[Work request]:
What you need to produce is the complete listing, repeated exactly.

[Exercise inputs]:

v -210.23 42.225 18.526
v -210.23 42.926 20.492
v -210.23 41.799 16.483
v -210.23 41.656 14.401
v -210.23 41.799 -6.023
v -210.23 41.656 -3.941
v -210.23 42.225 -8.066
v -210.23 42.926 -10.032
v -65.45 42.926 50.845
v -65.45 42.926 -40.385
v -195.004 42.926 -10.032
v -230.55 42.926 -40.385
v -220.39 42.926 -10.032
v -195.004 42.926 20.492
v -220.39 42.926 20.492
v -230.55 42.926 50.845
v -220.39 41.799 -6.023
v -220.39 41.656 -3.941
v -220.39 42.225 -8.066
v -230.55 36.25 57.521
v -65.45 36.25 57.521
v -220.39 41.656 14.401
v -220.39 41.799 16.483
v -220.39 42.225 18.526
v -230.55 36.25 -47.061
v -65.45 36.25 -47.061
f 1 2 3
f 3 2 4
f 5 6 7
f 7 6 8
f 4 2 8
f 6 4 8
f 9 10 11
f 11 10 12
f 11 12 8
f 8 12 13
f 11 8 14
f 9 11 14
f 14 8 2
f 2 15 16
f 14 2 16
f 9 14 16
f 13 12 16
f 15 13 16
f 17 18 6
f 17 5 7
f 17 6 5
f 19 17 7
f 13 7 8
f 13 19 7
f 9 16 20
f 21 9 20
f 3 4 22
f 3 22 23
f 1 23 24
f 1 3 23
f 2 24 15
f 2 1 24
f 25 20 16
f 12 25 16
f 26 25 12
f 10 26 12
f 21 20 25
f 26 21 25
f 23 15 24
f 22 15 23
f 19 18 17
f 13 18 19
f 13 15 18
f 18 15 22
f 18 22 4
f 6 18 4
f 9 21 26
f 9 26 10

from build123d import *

# Parameters (mm, degrees)
NRG_PSU_CASE_1_START = -230.550293706
NRG_PSU_CASE_1_DEPTH = 165.1
SKETCH2_W            = 10.16
SKETCH2_H            = 30.52357951
CUT_EXTRUDE1_DEPTH   = 1.27
FILLET1_R            = 15.24


# Read off the part's stored shape, not the designer's step: -NRG_PSU_CASE-1
with BuildPart() as part:
    # -NRG_PSU_CASE-1 outline → -NRG_PSU_CASE-1 (new body)
    with BuildSketch(Plane.YZ.offset(NRG_PSU_CASE_1_START)):
        Polygon((42.926, 50.844880664), (36.249795103, 57.521085561), (36.249795103, -47.060903743), (42.926, -40.384698846), align=None)
    extrude(amount=NRG_PSU_CASE_1_DEPTH)

    # Sketch2 → Cut-Extrude1 (cut)
    with BuildSketch(Plane(origin=(0, 42.926, 0), x_dir=(1, 0, 0), z_dir=(0, 1, 0))):
        with Locations((-215.310293706, -5.230090909)):
            Rectangle(SKETCH2_W, SKETCH2_H)
    extrude(amount=-CUT_EXTRUDE1_DEPTH, mode=Mode.SUBTRACT)

    # Fillet1
    # the kernel refuses this fillet: 15.24 mm, written as the material it adds along each edge
    with BuildSketch(Plane(origin=(-195.00352862, 41.656, 20.491880664), x_dir=(0, 1, 0), z_dir=(-1, 0, 0)), Plane(origin=(-220.390293706, 41.656, -10.031698846), x_dir=(0, 1, 0), z_dir=(1, 0, 0))) as fillet1_piece_1:
        with BuildLine():
            CenterArc((15.24, 6.090706035), FILLET1_R, 180, 23.556464309)
            Line((0, 6.090706035), (0, 0))
            Line((0, 0), (1.27, 0))
        make_face()
    extrude(amount=25.386765087)


solid = part.part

[Exercise result]:
v -210.23 42.225 18.526
v -210.23 42.926 20.492
v -210.23 41.799 16.483
v -210.23 41.656 14.401
v -210.23 41.799 -6.023
v -210.23 41.656 -3.941
v -210.23 42.225 -8.066
v -210.23 42.926 -10.032
v -65.45 42.926 50.845
v -65.45 42.926 -40.385
v -195.004 42.926 -10.032
v -230.55 42.926 -40.385
v -220.39 42.926 -10.032
v -195.004 42.926 20.492
v -220.39 42.926 20.492
v -230.55 42.926 50.845
v -220.39 41.799 -6.023
v -220.39 41.656 -3.941
v -220.39 42.225 -8.066
v -230.55 36.25 57.521
v -65.45 36.25 57.521
v -220.39 41.656 14.401
v -220.39 41.799 16.483
v -220.39 42.225 18.526
v -230.55 36.25 -47.061
v -65.45 36.25 -47.061
f 1 2 3
f 3 2 4
f 5 6 7
f 7 6 8
f 4 2 8
f 6 4 8
f 9 10 11
f 11 10 12
f 11 12 8
f 8 12 13
f 11 8 14
f 9 11 14
f 14 8 2
f 2 15 16
f 14 2 16
f 9 14 16
f 13 12 16
f 15 13 16
f 17 18 6
f 17 5 7
f 17 6 5
f 19 17 7
f 13 7 8
f 13 19 7
f 9 16 20
f 21 9 20
f 3 4 22
f 3 22 23
f 1 23 24
f 1 3 23
f 2 24 15
f 2 1 24
f 25 20 16
f 12 25 16
f 26 25 12
f 10 26 12
f 21 20 25
f 26 21 25
f 23 15 24
f 22 15 23
f 19 18 17
f 13 18 19
f 13 15 18
f 18 15 22
f 18 22 4
f 6 18 4
f 9 21 26
f 9 26 10

from build123d import *

# Parameters (mm, degrees)
NRG_PSU_CASE_1_START = -230.550293706
NRG_PSU_CASE_1_DEPTH = 165.1
SKETCH2_W            = 10.16
SKETCH2_H            = 30.52357951
CUT_EXTRUDE1_DEPTH   = 1.27
FILLET1_R            = 15.24


# Read off the part's stored shape, not the designer's step: -NRG_PSU_CASE-1
with BuildPart() as part:
    # -NRG_PSU_CASE-1 outline → -NRG_PSU_CASE-1 (new body)
    with BuildSketch(Plane.YZ.offset(NRG_PSU_CASE_1_START)):
        Polygon((42.926, 50.844880664), (36.249795103, 57.521085561), (36.249795103, -47.060903743), (42.926, -40.384698846), align=None)
    extrude(amount=NRG_PSU_CASE_1_DEPTH)

    # Sketch2 → Cut-Extrude1 (cut)
    with BuildSketch(Plane(origin=(0, 42.926, 0), x_dir=(1, 0, 0), z_dir=(0, 1, 0))):
        with Locations((-215.310293706, -5.230090909)):
            Rectangle(SKETCH2_W, SKETCH2_H)
    extrude(amount=-CUT_EXTRUDE1_DEPTH, mode=Mode.SUBTRACT)

    # Fillet1
    # the kernel refuses this fillet: 15.24 mm, written as the material it adds along each edge
    with BuildSketch(Plane(origin=(-195.00352862, 41.656, 20.491880664), x_dir=(0, 1, 0), z_dir=(-1, 0, 0)), Plane(origin=(-220.390293706, 41.656, -10.031698846), x_dir=(0, 1, 0), z_dir=(1, 0, 0))) as fillet1_piece_1:
        with BuildLine():
            CenterArc((15.24, 6.090706035), FILLET1_R, 180, 23.556464309)
            Line((0, 6.090706035), (0, 0))
            Line((0, 0), (1.27, 0))
        make_face()
    extrude(amount=25.386765087)


solid = part.part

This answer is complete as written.